## ACTIVITY
Extract the data exactly, missing nothing.

## GIVEN ENTRIES
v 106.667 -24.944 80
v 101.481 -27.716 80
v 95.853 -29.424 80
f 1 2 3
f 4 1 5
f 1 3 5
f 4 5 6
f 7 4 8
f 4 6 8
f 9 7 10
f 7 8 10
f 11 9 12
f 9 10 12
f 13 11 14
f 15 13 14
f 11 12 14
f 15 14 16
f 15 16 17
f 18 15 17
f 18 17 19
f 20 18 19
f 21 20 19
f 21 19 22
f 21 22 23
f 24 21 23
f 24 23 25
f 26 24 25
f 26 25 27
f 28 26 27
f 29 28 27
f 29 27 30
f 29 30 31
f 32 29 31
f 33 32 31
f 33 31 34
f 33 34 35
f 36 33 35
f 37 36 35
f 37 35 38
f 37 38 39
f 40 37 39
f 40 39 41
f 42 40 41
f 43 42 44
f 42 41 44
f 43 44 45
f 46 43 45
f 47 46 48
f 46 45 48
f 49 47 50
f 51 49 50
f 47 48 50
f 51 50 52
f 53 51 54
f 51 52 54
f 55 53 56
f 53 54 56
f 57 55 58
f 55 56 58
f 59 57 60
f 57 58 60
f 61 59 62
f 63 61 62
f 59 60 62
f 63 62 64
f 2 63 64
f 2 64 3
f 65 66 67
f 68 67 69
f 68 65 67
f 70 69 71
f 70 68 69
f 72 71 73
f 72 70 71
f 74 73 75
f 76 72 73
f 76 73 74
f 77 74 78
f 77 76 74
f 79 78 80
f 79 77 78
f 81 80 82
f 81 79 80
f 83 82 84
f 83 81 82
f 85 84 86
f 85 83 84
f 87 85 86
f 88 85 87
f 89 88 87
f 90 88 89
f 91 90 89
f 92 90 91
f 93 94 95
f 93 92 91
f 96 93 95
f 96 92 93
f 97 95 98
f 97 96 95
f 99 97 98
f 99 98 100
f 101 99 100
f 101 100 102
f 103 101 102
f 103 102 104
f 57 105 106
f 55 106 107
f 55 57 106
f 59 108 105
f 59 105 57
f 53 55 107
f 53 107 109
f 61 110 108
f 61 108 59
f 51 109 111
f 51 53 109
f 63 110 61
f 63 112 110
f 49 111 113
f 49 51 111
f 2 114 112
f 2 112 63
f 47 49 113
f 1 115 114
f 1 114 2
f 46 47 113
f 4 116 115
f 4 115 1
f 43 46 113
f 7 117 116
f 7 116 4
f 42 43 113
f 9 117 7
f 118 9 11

## OUTPUT FOR THIS TASK
v 106.667 -24.944 80
v 101.481 -27.716 80
v 95.853 -29.424 80
f 1 2 3
f 4 1 5
f 1 3 5
f 4 5 6
f 7 4 8
f 4 6 8
f 9 7 10
f 7 8 10
f 11 9 12
f 9 10 12
f 13 11 14
f 15 13 14
f 11 12 14
f 15 14 16
f 15 16 17
f 18 15 17
f 18 17 19
f 20 18 19
f 21 20 19
f 21 19 22
f 21 22 23
f 24 21 23
f 24 23 25
f 26 24 25
f 26 25 27
f 28 26 27
f 29 28 27
f 29 27 30
f 29 30 31
f 32 29 31
f 33 32 31
f 33 31 34
f 33 34 35
f 36 33 35
f 37 36 35
f 37 35 38
f 37 38 39
f 40 37 39
f 40 39 41
f 42 40 41
f 43 42 44
f 42 41 44
f 43 44 45
f 46 43 45
f 47 46 48
f 46 45 48
f 49 47 50
f 51 49 50
f 47 48 50
f 51 50 52
f 53 51 54
f 51 52 54
f 55 53 56
f 53 54 56
f 57 55 58
f 55 56 58
f 59 57 60
f 57 58 60
f 61 59 62
f 63 61 62
f 59 60 62
f 63 62 64
f 2 63 64
f 2 64 3
f 65 66 67
f 68 67 69
f 68 65 67
f 70 69 71
f 70 68 69
f 72 71 73
f 72 70 71
f 74 73 75
f 76 72 73
f 76 73 74
f 77 74 78
f 77 76 74
f 79 78 80
f 79 77 78
f 81 80 82
f 81 79 80
f 83 82 84
f 83 81 82
f 85 84 86
f 85 83 84
f 87 85 86
f 88 85 87
f 89 88 87
f 90 88 89
f 91 90 89
f 92 90 91
f 93 94 95
f 93 92 91
f 96 93 95
f 96 92 93
f 97 95 98
f 97 96 95
f 99 97 98
f 99 98 100
f 101 99 100
f 101 100 102
f 103 101 102
f 103 102 104
f 57 105 106
f 55 106 107
f 55 57 106
f 59 108 105
f 59 105 57
f 53 55 107
f 53 107 109
f 61 110 108
f 61 108 59
f 51 109 111
f 51 53 109
f 63 110 61
f 63 112 110
f 49 111 113
f 49 51 111
f 2 114 112
f 2 112 63
f 47 49 113
f 1 115 114
f 1 114 2
f 46 47 113
f 4 116 115
f 4 115 1
f 43 46 113
f 7 117 116
f 7 116 4
f 42 43 113
f 9 117 7
f 118 9 11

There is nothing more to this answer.